I think i found it...
is this what you're talking about?


----------



## vera

I wish I had some more pictures from the renaissance fairs when I was in southern France! They had some really neat costumes. Good luck!


----------



## JDJumper

I like that its really simple but i would have to shorten the blanket thing on the horse because we'd have to be able to canter and jump in the costume...


----------



## JDJumper

does anyone know of some free patterns? or have any patterns?


----------



## Copperhead

This was my costume:



















Handmade by my sister's mother inlaw. She cut out a shape from a horse blanket I had and sewed his costume, and also sewed my cape. There were tassles at the bottom of his costume.

You can get a cheap cooler and paste or pin on a design or something.


----------



## JDJumper

HorseMom1025 said:


> Suitability has a pattern for horse barding. (google suitability horse patterns). I sewed a costume just like that for my daughter's horse two years ago. It was easy (lots of straight lines) and I used "duck cloth". (heavy canvas fabric). It looked great (if I do say so myself).
> 
> If I can, I'll post pics later.
> _Posted via Mobile Device_


did your daughter ride the horse in the costume? if not do u think the horse would be able to jump, canter, possibly gallop in it?


----------



## JDJumper

Copperhead said:


> This was my costume:
> 
> 
> 
> 
> 
> 
> 
> 
> 
> 
> 
> 
> 
> 
> 
> 
> 
> 
> 
> Handmade by my sister's mother inlaw. She cut out a shape from a horse blanket I had and sewed his costume, and also sewed my cape. There were tassles at the bottom of his costume.
> 
> You can get a cheap cooler and paste or pin on a design or something.

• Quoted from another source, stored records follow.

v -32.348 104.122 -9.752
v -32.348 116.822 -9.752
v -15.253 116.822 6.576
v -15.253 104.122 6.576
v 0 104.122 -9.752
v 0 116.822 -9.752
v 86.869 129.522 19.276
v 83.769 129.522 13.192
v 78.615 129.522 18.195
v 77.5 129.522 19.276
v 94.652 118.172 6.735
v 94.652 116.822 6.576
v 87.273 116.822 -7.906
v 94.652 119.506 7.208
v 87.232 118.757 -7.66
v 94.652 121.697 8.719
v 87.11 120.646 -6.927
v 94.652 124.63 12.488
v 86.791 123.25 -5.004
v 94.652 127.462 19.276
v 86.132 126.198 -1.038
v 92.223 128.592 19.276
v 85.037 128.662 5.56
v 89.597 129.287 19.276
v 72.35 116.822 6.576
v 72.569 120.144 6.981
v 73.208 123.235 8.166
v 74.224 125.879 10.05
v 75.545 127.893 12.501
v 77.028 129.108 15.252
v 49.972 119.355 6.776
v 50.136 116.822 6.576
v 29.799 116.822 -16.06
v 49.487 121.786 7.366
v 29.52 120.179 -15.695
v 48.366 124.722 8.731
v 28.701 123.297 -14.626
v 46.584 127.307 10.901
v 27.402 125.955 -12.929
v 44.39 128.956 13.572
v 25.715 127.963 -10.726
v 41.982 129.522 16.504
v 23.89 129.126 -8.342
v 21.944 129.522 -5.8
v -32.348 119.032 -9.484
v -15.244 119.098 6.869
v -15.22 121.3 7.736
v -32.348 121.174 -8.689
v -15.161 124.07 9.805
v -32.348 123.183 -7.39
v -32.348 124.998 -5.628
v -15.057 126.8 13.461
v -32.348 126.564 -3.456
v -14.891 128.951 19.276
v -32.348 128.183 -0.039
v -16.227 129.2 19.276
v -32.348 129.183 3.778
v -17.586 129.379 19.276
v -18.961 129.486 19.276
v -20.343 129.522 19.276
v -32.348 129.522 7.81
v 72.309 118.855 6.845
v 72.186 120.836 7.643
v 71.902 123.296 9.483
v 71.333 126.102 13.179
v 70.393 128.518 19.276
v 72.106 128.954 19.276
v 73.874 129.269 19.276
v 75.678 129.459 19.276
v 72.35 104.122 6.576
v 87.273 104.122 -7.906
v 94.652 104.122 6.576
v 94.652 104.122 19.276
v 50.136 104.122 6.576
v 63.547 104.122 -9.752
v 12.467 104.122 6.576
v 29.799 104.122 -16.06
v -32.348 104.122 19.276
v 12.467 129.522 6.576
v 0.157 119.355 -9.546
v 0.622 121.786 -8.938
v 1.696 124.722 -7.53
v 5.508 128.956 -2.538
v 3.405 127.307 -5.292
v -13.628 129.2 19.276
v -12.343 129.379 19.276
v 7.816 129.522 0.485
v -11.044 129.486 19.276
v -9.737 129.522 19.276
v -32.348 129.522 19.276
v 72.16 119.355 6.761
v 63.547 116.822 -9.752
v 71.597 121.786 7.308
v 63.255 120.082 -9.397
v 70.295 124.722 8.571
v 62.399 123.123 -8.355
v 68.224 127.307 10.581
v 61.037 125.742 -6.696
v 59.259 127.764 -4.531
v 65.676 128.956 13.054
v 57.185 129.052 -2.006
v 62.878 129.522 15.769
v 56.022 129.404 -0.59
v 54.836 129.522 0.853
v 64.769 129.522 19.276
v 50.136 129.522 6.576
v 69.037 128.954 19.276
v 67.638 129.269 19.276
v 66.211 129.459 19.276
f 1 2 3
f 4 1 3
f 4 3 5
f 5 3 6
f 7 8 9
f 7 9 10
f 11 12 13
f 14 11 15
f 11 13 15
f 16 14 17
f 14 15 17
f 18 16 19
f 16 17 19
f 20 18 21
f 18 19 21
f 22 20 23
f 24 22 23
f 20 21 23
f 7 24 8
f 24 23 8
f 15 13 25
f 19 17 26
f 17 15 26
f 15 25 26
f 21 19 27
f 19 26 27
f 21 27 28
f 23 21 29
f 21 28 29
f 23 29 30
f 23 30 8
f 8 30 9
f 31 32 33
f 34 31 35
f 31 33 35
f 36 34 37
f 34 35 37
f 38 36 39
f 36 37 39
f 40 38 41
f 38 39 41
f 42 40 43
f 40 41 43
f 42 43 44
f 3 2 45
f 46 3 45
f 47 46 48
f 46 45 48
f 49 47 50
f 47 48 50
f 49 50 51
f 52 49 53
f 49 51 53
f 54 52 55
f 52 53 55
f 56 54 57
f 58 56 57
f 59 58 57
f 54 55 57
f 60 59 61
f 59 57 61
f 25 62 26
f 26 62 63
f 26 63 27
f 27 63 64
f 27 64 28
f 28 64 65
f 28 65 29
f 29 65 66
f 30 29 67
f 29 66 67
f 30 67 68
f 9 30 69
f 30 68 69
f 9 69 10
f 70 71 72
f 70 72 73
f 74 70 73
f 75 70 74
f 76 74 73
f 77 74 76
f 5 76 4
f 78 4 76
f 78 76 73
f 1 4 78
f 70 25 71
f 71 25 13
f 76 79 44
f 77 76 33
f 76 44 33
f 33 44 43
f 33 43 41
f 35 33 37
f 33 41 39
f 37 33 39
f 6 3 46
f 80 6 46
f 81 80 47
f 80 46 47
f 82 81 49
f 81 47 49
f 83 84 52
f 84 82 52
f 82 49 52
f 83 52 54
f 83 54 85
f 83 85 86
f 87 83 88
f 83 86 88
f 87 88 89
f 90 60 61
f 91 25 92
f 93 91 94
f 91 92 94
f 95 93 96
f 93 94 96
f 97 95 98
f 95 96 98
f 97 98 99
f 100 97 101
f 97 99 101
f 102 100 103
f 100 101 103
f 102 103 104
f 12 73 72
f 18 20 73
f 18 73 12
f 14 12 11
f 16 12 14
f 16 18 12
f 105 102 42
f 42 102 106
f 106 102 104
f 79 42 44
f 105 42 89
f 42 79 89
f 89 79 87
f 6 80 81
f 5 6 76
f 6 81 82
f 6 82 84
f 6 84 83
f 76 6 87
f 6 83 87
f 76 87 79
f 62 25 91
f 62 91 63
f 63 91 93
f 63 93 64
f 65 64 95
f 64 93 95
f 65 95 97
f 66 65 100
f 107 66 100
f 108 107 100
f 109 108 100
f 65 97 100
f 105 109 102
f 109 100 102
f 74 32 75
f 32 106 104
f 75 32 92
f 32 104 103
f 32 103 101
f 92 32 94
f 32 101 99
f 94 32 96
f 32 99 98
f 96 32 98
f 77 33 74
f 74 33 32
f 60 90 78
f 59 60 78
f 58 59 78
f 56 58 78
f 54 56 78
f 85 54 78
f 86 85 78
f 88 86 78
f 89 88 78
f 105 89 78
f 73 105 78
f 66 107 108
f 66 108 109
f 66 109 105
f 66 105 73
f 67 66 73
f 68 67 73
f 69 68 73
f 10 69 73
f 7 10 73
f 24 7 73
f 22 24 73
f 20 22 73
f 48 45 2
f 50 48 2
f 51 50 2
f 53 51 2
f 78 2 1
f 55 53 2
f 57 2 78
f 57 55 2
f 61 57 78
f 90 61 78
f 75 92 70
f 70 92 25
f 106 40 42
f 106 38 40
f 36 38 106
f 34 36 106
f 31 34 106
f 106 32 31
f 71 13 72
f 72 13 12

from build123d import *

# Parameters (mm, degrees)
SKETCH1_W           = 127
SKETCH1_H           = 12.7
BOSS_EXTRUDE1_DEPTH = 25.4
BOSS_EXTRUDE2_DEPTH = 25.4
FILLET2_R           = 12.7


with BuildPart() as part:
    # Sketch1 → Boss-Extrude1 (new body)
    with BuildSketch(Plane(origin=(0, 129.522150418, 0), x_dir=(1, 0, 0), z_dir=(0, 1, 0))):
        with Locations((31.151863223, -12.926286206)):
            Rectangle(SKETCH1_W, SKETCH1_H)
    extrude(amount=-BOSS_EXTRUDE1_DEPTH)

    # Sketch2 → Boss-Extrude2 (add)
    with BuildSketch(Plane(origin=(0, 129.522150418, 0), x_dir=(1, 0, 0), z_dir=(0, 1, 0))):
        Polygon((-32.348136777, -6.576286206), (-32.348136777, 9.752049173), (-15.252779509, -6.576286206), (0, 9.752049173), (12.467334528, -6.576286206), (29.798968938, 16.059617503), (50.135874056, -6.576286206), (63.546845791, 9.752049173), (72.350442693, -6.576286206), (87.272954796, 7.906046983), (94.651863223, -6.576286206), (94.651863223, -10.496577103), (-32.348136777, -10.496577103), align=None)
    extrude(amount=-BOSS_EXTRUDE2_DEPTH)

    # Fillet2
    # the kernel refuses this fillet: 12.7 mm, written as the material it takes off along each edge
    with BuildSketch(Plane(origin=(-55.307939563, 129.522150418, -31.681708451), x_dir=(0, -1, 0), z_dir=(0.7231433948257096, 0, 0.6906979300098909))) as fillet2_piece_1_section:
        with BuildLine():
            CenterArc((FILLET2_R, -FILLET2_R), FILLET2_R, 90, 90)
            Line((0, -FILLET2_R), (-FILLET2_R * 0.02, -FILLET2_R))
            Line((-FILLET2_R * 0.02, -FILLET2_R), (-FILLET2_R * 0.02, FILLET2_R * 0.02))
            Line((-FILLET2_R * 0.02, FILLET2_R * 0.02), (FILLET2_R, FILLET2_R * 0.02))
            Line((FILLET2_R, FILLET2_R * 0.02), (FILLET2_R, 0))
        make_face()
    fillet2_piece_1 = extrude(amount=87.140342137, mode=Mode.PRIVATE)
    fillet2_piece_1 = split(fillet2_piece_1, bisect_by=Plane(origin=(-32.348136777, 126.447150631, 1.093343092), z_dir=(1, 0, 0)), keep=Keep.TOP, mode=Mode.PRIVATE)
    fillet2_piece_1 = split(fillet2_piece_1, bisect_by=Plane(origin=(-16.904261861, 126.447150631, 8.344223498), z_dir=(-0.7307649934126457, 0, -0.682629126541357)), keep=Keep.TOP, mode=Mode.PRIVATE)
    add(fillet2_piece_1, mode=Mode.SUBTRACT)
    with BuildSketch(Plane(origin=(-36.926254277, 129.522150418, 29.778074747), x_dir=(0, -1, 0), z_dir=(0.682629126541357, 0, -0.7307649934126457))) as fillet2_piece_2_section:
        with BuildLine():
            CenterArc((FILLET2_R, -FILLET2_R), FILLET2_R, 90, 90)
            Line((0, -FILLET2_R), (-FILLET2_R * 0.02, -FILLET2_R))
            Line((-FILLET2_R * 0.02, -FILLET2_R), (-FILLET2_R * 0.02, FILLET2_R * 0.02))
            Line((-FILLET2_R * 0.02, FILLET2_R * 0.02), (FILLET2_R, FILLET2_R * 0.02))
            Line((FILLET2_R, FILLET2_R * 0.02), (FILLET2_R, 0))
        make_face()
    fillet2_piece_2 = extrude(amount=85.844167449, mode=Mode.PRIVATE)
    fillet2_piece_2 = split(fillet2_piece_2, bisect_by=Plane(origin=(-13.300421888, 126.615006844, 8.441046884), z_dir=(0.6906979300098909, 0, -0.7231433948257096)), keep=Keep.TOP, mode=Mode.PRIVATE)
    fillet2_piece_2 = split(fillet2_piece_2, bisect_by=Plane(origin=(2.843037706, 126.615006844, -6.02855294), z_dir=(-0.7948048188192111, 0, 0.6068651415114903)), keep=Keep.TOP, mode=Mode.PRIVATE)
    add(fillet2_piece_2, mode=Mode.SUBTRACT)
    with BuildSketch(Plane(origin=(72.859080389, 129.522150418, -36.195669189), x_dir=(0, -1, 0), z_dir=(0.45398029626708136, 0, 0.8910117230436719))) as fillet2_piece_3_section:
        with BuildLine():
            CenterArc((FILLET2_R, -FILLET2_R), FILLET2_R, 90, 90)
            Line((0, -FILLET2_R), (-FILLET2_R * 0.02, -FILLET2_R))
            Line((-FILLET2_R * 0.02, -FILLET2_R), (-FILLET2_R * 0.02, FILLET2_R * 0.02))
            Line((-FILLET2_R * 0.02, FILLET2_R * 0.02), (FILLET2_R, FILLET2_R * 0.02))
            Line((FILLET2_R, FILLET2_R * 0.02), (FILLET2_R, 0))
        make_face()
    fillet2_piece_3 = extrude(amount=79.753807682, mode=Mode.PRIVATE)
    fillet2_piece_3 = split(fillet2_piece_3, bisect_by=Plane(origin=(82.345210733, 126.995605854, -3.123659748), z_dir=(0.6964436437658211, 0, 0.7176114903331651)), keep=Keep.TOP, mode=Mode.PRIVATE)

I rlly like yours did you ride in it? like cantering and stuff? because my horse needs to be able to canter and jump in it. and i rlly like urs cuz i was going to use purple and silver too for mine.


----------



## JDJumper

JDJumper said:


> I rlly like yours did you ride in it? like cantering and stuff? because my horse needs to be able to canter and jump in it. and i rlly like urs cuz i was going to use purple and silver too for mine.


ohh sorry now i see its green and purple it looked silver in the 1st picture.


----------



## Red Gate Farm

If you have limited sewing experience, you can simply throw an overlarge piece of medieval looking material over your saddleblanket; something that will go from withers to tail and halfway down the sides leaving the front open. You will be able to canter and jump in this.

Next, take some of the same material and make a long sleeve or tube to slide over each rein from bit to where your hands will go. If you have time to sew fringe on the bottom of the reins and blanket, it will show it off more.

Cover your breastplate the same way and it will match.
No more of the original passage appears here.